第11章 一席宴审旧罪

天翔 953字 2026-09-09 15:53:19
杯中的酒,从开席起便无人真正喝过。

卢太傅坐在主位右侧,白须修整得一丝不乱,言谈温和,仿佛只是来赴一场寻常家宴。

父亲坐在对面。

谢承安与我分列下首。

谢明舒也在,她自始至终垂着眼,没有看我。

酒过三巡,父亲终于开口。

“卢公,城南旧仓的事,瞒了十年,也该有个了结。”

桌上的箸声停了。

卢太傅缓缓放下酒盏。

“侯爷今日醉得有些快。”

“我没醉。”

父亲盯着他:“周顺死了,旧账也被翻出来。

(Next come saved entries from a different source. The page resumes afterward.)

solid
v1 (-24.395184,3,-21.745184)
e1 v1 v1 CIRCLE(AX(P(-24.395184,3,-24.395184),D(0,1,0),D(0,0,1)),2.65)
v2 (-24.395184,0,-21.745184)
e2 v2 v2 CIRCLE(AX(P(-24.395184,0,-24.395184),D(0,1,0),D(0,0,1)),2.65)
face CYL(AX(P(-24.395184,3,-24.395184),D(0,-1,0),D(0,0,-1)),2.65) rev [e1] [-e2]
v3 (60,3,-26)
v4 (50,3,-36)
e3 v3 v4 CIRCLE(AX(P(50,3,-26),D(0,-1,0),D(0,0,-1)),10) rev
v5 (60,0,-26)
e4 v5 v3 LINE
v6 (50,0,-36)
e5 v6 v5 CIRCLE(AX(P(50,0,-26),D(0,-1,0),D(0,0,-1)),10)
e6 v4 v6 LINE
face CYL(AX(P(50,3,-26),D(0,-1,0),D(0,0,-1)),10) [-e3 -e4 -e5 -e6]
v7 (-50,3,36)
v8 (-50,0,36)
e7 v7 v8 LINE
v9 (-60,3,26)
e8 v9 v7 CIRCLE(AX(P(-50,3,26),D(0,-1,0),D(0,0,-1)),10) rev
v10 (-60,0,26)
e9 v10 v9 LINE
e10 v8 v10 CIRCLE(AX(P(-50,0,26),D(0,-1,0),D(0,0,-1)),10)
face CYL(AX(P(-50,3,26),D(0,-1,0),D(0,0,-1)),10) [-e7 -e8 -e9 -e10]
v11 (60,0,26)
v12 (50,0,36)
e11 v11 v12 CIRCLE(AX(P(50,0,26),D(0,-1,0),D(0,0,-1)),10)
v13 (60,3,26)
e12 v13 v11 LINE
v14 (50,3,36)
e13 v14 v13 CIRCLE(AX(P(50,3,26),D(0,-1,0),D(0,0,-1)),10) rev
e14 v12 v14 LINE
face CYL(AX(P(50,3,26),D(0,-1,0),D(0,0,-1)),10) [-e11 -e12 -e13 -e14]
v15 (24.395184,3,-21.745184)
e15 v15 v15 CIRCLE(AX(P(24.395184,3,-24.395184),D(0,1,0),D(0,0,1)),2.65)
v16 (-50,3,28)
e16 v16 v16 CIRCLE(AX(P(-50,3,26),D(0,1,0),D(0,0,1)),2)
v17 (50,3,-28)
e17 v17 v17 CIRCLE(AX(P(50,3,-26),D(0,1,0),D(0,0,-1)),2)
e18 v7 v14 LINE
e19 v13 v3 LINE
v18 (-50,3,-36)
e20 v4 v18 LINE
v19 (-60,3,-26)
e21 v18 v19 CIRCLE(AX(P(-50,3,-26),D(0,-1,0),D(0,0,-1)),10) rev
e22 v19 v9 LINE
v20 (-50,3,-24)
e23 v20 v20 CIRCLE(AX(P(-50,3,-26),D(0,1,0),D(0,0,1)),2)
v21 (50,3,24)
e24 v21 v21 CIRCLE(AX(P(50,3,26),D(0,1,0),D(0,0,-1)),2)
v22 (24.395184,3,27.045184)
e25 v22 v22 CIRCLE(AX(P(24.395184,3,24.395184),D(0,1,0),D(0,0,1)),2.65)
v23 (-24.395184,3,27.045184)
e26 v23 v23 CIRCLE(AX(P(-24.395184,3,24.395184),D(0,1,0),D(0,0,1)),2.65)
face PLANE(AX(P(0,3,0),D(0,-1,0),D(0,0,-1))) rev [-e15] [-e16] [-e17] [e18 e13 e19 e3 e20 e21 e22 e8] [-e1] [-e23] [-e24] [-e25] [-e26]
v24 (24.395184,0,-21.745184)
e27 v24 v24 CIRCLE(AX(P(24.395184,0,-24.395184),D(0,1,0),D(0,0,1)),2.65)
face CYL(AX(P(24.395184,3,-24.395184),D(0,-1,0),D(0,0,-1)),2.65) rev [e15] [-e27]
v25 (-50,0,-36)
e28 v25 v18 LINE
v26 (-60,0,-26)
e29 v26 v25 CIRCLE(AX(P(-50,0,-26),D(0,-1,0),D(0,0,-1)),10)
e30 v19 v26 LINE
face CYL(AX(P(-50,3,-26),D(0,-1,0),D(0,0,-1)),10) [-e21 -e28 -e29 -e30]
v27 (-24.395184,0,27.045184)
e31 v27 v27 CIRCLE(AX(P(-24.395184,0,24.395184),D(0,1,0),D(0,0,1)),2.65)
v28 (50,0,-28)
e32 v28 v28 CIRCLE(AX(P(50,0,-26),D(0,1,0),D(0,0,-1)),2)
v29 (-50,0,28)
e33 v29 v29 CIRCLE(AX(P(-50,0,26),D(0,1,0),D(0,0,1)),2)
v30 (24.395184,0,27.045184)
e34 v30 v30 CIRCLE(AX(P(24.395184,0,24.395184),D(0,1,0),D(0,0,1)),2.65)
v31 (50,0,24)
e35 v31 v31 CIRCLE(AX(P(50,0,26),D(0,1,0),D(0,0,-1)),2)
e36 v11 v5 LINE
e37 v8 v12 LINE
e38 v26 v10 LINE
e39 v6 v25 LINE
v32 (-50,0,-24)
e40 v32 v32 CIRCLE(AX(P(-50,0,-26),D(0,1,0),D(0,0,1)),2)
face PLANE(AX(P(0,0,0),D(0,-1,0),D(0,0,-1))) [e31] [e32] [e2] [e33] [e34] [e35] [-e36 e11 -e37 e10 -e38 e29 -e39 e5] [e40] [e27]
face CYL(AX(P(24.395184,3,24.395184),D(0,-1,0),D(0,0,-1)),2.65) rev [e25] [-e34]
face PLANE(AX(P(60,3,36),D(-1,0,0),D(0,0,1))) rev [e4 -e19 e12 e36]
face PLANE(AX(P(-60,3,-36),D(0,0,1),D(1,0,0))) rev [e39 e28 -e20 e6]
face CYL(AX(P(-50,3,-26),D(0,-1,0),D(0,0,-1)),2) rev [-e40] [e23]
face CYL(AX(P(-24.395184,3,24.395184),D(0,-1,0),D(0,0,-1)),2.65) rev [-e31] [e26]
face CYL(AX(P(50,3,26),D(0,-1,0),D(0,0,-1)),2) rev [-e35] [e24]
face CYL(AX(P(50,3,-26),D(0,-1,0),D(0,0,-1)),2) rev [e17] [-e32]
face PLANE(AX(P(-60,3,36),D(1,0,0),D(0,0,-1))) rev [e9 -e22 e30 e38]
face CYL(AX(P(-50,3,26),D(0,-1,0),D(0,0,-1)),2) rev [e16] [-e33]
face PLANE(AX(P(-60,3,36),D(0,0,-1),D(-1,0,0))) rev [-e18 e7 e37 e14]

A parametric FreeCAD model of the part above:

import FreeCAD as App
import Part
import Sketcher
from FreeCAD import Vector
Q = App.Units.Quantity


def edges_at(feature, points):
    """Names of the edges that pass closest to the given points."""
    edges = feature.Shape.Edges
    near = lambda p: min(range(len(edges)), key=lambda i: edges[i].distToShape(Part.Vertex(*p))[0])
    return sorted({f"Edge{near(p) + 1}" for p in points})


def add_polygon(sketch, points):
    """Adds a closed chain of lines whose ends are joined by coincident constraints."""
    first, n = sketch.GeometryCount, len(points)
    for a, b in zip(points, points[1:] + points[:1]):
        sketch.addGeometry(Part.LineSegment(App.Vector(*a, 0), App.Vector(*b, 0)), False)
    for i in range(n):
        sketch.addConstraint(Sketcher.Constraint("Coincident", first + i, 2, first + (i + 1) % n, 1))

doc = App.newDocument("Part")
body = doc.addObject("PartDesign::Body", "Body")

sketch1 = body.newObject("Sketcher::SketchObject", "Sketch")
sketch1.AttachmentSupport = (doc.getObject("XZ_Plane"), [""])
sketch1.MapMode = "FlatFace"
add_polygon(sketch1, [(-60, -36), (-60, 36), (60, 36), (60, -36)])
sketch1.addGeometry(Part.Circle(Vector(-50, 26, 0), Vector(0, 0, 1), 2), False)
sketch1.addGeometry(Part.Circle(Vector(-24.4, 24.4, 0), Vector(0, 0, 1), 2.6), False)
sketch1.addGeometry(Part.Circle(Vector(24.4, 24.4, 0), Vector(0, 0, 1), 2.6), False)
sketch1.addGeometry(Part.Circle(Vector(50, 26, 0), Vector(0, 0, 1), 2), False)
sketch1.addGeometry(Part.Circle(Vector(-50, -26, 0), Vector(0, 0, 1), 2), False)
sketch1.addGeometry(Part.Circle(Vector(-24.4, -24.4, 0), Vector(0, 0, 1), 2.6), False)
sketch1.addGeometry(Part.Circle(Vector(24.4, -24.4, 0), Vector(0, 0, 1), 2.6), False)
sketch1.addGeometry(Part.Circle(Vector(50, -26, 0), Vector(0, 0, 1), 2), False)
sketch1.addConstraint(Sketcher.Constraint("Vertical", 0))
sketch1.addConstraint(Sketcher.Constraint("Horizontal", 1))
sketch1.addConstraint(Sketcher.Constraint("Vertical", 2))
sketch1.addConstraint(Sketcher.Constraint("Horizontal", 3))
sketch1.addConstraint(Sketcher.Constraint("Equal", 5, 6))
sketch1.addConstraint(Sketcher.Constraint("Equal", 4, 7))
sketch1.addConstraint(Sketcher.Constraint("Equal", 7, 8))
sketch1.addConstraint(Sketcher.Constraint("Equal", 6, 9))
sketch1.addConstraint(Sketcher.Constraint("Equal", 9, 10))
sketch1.addConstraint(Sketcher.Constraint("Equal", 8, 11))
sketch1.addConstraint(Sketcher.Constraint("Symmetric", 7, 3, 8, 3, -1, 1))
sketch1.addConstraint(Sketcher.Constraint("Symmetric", 6, 3, 9, 3, -1, 1))
sketch1.addConstraint(Sketcher.Constraint("Symmetric", 5, 3, 10, 3, -1, 1))
sketch1.addConstraint(Sketcher.Constraint("Symmetric", 4, 3, 11, 3, -1, 1))
sketch1.addConstraint(Sketcher.Constraint("Symmetric", 0, 2, 2, 2, -1, 1))
sketch1.addConstraint(Sketcher.Constraint("Symmetric", 5, 3, 6, 3, -2))
sketch1.addConstraint(Sketcher.Constraint("Symmetric", 4, 3, 7, 3, -2))
sketch1.addConstraint(Sketcher.Constraint("Diameter", 4, Q("4 mm")))
sketch1.addConstraint(Sketcher.Constraint("Diameter", 5, Q("5.3 mm")))
sketch1.addConstraint(Sketcher.Constraint("DistanceX", 1, 1, 1, 2, Q("120 mm")))
sketch1.addConstraint(Sketcher.Constraint("DistanceY", 0, 1, 0, 2, Q("72 mm")))
sketch1.addConstraint(Sketcher.Constraint("DistanceX", 4, 3, -1, 1, Q("50 mm")))
sketch1.addConstraint(Sketcher.Constraint("DistanceY", -1, 1, 4, 3, Q("26 mm")))
sketch1.addConstraint(Sketcher.Constraint("DistanceX", 5, 3, -1, 1, Q("24.395184 mm")))
sketch1.addConstraint(Sketcher.Constraint("DistanceY", -1, 1, 5, 3, Q("24.395184 mm")))
pad1 = body.newObject("PartDesign::Pad", "Pad")
pad1.Profile = sketch1
pad1.Length = 3
pad1.Reversed = True
doc.recompute()

fillet = body.newObject("PartDesign::Fillet", "Fillet")
fillet.Base = (pad1, edges_at(pad1, [
    (60, 1.5, 36),
    (-60, 1.5, 36),
    (-60, 1.5, -36),
    (60, 1.5, -36),
]))
fillet.Radius = 10

doc.recompute()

你还想让我替你担到几时?”

卢太傅笑意淡去。

“当年的粮,是你调的。”

“火是你命人放的。”

“没有我的令,你的人进得了仓?”

两句话针锋相对。

我袖中的手缓缓收紧。

帘外,大理寺差役早已埋伏。

只等他们说得再多一些。

父亲忽然冷笑:“你怕账目泄露,便下令封仓纵火。里头还有三十七个人。”

“侯爷记错了。”卢太傅慢慢抬眼,“原该是三十八个。”

厅中死寂。

他的目光落在我身上。

“只是有一个孩子命大。”

谢承安猛地起身。

父亲脸色也终于变了。

“你果然知道她活着。”

“当然知道。”卢太傅道,“否则你何必把亲生女儿藏去庄子十年?”

这一刻,十年前所有残缺的地方终于合上。

我并非被遗忘。

而是被当成一件见不得光的证物,藏了整整十年。

父亲沉声道:“够了。”

卢太傅却笑了:“侯爷现在想做慈父,未免迟了些。”

他话音刚落,院外忽然传来兵刃出鞘的声响。

不是大理寺的人。

卢府私兵。

萧执衡的声音随即从门外传来:“封门!”

下一瞬,厅门被撞开。

两方人马在长廊上交锋,刀光映得窗纸忽明忽暗。

卢太傅骤然起身。

“你敢设局!”

父亲没有看他,只看着我。

“青梧。”

那一声很轻。

“我是你父亲。”

我心口忽然钝了一下。

不是因为动摇。

而是这句话,我其实等了很多年。

可惜来得太迟。

“正因为你是我父亲,我才一次次问你。”

我看着他。

“你从未说过真话。”

父亲脸上的血色一点点褪去。

“如今,不该再由你说了。”

我将袖中的残票递给冲进来的萧执衡。

“让案卷说。”

卢太傅转身要走。

谢承安却已经挡住后门。

谢明舒忽然起身,推开侧门。

外头站着一个须发皆白的老者。

是当年官仓的旧仓吏,也是我们最后找到的活证人。

卢太傅神色终于裂了。

这场家宴,到此便成了公堂。

半月后,卢太傅下狱,父亲也因私调军粮、协助隐瞒被押入刑部。

谢家门前的朱灯撤了大半。

我以为一切总算结束。

大理寺却在此时送来一道复议文书。

上面只有一句——

罪臣之女,是否可录官籍,需重新审议。